Additionally, my Google Search Console (aka Google Webmaster Tools) was auto-
updated with webmaster related messages for the Google.com domain which
actually means ownership was transferred to me! One gets the below messages in
Search Console only for those domains for which one is the verified
admin/verified owner (of course access was removed when domain was taken back
by Google).

Additionally, I started receiving notifications, for when ownership changed
(along with new owner details etc.) in the Google Search Console for websites
(I will not name them) that are powered by Google Sites (which makes sense
given that websites powered by Google Sites rest on the master domain
Google.com). Quite clearly, ownership had been granted to me.
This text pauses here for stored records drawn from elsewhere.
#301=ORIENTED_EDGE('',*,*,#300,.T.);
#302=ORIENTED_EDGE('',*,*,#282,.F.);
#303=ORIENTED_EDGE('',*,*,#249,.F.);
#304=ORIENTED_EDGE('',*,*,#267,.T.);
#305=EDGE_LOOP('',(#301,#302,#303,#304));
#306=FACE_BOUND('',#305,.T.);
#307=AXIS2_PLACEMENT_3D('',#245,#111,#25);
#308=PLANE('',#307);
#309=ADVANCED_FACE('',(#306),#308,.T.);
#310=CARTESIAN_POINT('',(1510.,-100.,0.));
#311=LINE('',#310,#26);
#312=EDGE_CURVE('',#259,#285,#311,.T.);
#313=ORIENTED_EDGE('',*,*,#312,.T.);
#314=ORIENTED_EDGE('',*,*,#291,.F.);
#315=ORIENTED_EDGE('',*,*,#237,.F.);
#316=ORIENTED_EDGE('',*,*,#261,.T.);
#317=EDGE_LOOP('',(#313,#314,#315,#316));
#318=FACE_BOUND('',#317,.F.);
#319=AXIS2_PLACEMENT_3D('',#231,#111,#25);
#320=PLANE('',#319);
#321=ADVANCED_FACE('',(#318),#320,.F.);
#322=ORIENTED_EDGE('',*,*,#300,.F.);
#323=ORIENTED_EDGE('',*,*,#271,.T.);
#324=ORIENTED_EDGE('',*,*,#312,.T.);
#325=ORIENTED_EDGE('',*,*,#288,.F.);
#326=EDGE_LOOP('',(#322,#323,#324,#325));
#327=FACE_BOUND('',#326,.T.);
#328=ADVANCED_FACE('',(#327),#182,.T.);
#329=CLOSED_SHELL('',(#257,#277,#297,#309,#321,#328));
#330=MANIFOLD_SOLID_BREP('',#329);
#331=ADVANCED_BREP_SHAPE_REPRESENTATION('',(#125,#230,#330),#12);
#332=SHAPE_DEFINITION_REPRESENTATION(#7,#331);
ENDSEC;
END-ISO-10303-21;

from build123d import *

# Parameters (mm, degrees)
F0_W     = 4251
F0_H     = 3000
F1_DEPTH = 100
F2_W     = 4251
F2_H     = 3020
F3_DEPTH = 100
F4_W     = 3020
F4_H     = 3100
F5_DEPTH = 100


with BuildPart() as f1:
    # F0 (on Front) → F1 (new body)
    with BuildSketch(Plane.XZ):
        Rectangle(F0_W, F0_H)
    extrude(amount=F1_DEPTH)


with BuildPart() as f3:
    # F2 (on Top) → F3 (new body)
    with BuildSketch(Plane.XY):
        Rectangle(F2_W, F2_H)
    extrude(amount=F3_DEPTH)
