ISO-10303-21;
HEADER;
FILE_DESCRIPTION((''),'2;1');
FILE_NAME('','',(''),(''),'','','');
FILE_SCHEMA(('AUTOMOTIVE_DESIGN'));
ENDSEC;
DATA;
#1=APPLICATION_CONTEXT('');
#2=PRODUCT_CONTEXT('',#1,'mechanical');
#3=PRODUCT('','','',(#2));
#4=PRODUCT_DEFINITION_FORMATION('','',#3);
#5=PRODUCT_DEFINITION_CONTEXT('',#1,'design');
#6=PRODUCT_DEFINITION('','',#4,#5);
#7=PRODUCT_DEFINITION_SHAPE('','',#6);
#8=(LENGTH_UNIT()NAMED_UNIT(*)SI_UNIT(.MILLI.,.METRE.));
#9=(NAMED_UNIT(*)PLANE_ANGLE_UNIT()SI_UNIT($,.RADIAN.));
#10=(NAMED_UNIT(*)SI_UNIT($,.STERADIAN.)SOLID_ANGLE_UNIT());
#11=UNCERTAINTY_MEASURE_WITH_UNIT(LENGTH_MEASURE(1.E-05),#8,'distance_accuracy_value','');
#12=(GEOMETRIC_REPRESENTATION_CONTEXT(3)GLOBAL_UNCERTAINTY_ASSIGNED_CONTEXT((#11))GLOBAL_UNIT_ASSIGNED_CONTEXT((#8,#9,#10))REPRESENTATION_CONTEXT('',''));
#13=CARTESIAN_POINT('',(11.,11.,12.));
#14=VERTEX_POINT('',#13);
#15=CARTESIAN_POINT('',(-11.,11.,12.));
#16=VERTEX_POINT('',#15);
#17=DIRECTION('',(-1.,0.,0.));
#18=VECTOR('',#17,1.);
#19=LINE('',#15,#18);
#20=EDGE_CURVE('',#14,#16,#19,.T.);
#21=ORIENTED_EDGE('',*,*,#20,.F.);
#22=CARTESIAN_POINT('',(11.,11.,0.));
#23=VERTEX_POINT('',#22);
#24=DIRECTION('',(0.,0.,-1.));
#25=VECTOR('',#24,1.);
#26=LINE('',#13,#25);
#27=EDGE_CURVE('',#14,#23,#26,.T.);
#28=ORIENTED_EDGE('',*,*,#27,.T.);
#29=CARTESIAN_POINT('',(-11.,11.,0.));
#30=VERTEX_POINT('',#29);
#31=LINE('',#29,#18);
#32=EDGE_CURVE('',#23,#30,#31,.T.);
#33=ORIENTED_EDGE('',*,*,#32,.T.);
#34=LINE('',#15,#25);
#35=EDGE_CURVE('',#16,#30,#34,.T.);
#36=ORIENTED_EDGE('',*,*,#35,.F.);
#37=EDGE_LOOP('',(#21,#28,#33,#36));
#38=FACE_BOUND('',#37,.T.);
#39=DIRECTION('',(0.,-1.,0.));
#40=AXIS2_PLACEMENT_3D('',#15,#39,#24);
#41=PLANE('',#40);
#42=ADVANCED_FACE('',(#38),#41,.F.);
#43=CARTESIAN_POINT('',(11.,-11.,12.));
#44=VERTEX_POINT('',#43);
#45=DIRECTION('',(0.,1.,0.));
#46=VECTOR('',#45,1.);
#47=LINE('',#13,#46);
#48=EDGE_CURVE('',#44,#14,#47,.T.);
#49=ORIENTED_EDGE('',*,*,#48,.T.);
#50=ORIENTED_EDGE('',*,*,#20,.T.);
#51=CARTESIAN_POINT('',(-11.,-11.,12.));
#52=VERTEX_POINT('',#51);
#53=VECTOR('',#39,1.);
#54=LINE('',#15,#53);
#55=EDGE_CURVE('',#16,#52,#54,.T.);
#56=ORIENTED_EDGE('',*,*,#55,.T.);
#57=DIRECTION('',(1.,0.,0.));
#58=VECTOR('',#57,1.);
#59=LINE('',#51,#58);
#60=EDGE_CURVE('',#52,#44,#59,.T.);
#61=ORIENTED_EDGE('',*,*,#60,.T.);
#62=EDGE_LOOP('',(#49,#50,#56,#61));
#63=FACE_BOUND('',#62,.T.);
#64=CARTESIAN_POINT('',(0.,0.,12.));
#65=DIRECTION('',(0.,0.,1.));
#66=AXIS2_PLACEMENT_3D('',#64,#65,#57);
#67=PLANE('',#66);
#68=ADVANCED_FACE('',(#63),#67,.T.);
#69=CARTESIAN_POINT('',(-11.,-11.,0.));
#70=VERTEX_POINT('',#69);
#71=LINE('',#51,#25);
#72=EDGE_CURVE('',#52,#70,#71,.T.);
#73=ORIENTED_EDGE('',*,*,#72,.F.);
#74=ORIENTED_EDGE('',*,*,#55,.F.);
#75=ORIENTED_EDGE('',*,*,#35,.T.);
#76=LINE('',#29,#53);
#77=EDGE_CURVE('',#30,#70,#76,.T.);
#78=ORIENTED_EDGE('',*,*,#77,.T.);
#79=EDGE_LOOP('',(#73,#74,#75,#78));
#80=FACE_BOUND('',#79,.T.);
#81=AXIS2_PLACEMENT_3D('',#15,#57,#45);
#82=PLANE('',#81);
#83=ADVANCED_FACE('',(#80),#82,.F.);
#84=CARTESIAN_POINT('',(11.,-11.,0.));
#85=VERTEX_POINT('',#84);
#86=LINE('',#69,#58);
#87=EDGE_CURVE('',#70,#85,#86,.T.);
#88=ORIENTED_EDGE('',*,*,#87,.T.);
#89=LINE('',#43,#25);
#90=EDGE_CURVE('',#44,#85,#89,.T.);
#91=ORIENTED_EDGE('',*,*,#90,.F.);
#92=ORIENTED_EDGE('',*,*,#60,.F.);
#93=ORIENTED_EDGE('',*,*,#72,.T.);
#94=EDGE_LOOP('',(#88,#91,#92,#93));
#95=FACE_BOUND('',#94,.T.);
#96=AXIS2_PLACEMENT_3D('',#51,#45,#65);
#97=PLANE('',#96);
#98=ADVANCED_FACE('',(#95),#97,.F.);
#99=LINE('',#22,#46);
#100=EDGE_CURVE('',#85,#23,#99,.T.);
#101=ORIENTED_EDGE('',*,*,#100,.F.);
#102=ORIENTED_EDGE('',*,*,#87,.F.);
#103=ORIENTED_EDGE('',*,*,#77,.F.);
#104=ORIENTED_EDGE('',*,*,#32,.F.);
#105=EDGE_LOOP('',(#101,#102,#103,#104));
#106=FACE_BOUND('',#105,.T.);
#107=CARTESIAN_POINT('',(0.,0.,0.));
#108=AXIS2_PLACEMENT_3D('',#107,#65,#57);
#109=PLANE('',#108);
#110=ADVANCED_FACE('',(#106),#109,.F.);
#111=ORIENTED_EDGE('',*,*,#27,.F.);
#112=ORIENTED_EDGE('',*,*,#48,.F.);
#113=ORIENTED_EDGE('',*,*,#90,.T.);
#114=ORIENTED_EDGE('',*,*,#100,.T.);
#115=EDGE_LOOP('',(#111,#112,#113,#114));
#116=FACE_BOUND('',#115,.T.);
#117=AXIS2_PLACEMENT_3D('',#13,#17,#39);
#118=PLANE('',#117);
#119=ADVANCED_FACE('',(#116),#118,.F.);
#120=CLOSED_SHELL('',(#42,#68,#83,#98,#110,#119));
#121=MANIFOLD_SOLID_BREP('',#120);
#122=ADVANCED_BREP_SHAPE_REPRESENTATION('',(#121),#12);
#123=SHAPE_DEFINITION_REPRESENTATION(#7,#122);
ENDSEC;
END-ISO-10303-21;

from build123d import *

# Parameters (mm, degrees)
ESQUISSE1_W        = 22
ESQUISSE1_H        = 22
BOSS_EXTRU_1_DEPTH = 12


with BuildPart() as part:
    # Esquisse1 → Boss.-Extru.1 (new body)
    with BuildSketch(Plane.XY):
        Rectangle(ESQUISSE1_W, ESQUISSE1_H)
    extrude(amount=BOSS_EXTRU_1_DEPTH)


solid = part.part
Order was
successful.

Though purchase had successfully gone through, and domain now belonged to me
as evident above, the purchase was followed by an order cancellation email
from Google Domains. Google could do this given the registration service used
by me (aka Google Domains) belonged to Google, unlike the 2003 event in which
Microsoft forgot to renew their Hotmail UK domain which was registered with
Nominet UK. As a result, the Hotmail UK domain was returned to the open market
for pickup by anybody who fancied it. Somebody else picked it up, and as
Microsoft wasn't the registrar themselves, Microsoft wasn't able to cancel the
order, and take it back automatically. In my case, I don't know what caused
Google to lose ownership of the domain Google.com as a result of which it was
available in the open market.

The purchase got completed and the card was charged (which would not have
happened unless I actually successfully completed checkout, as otherwise I
would have received an error). The charge was not a pre-auth.

The order history page auto-updated itself with a new message (missed taking a
screenshot when the canceled message was not appearing).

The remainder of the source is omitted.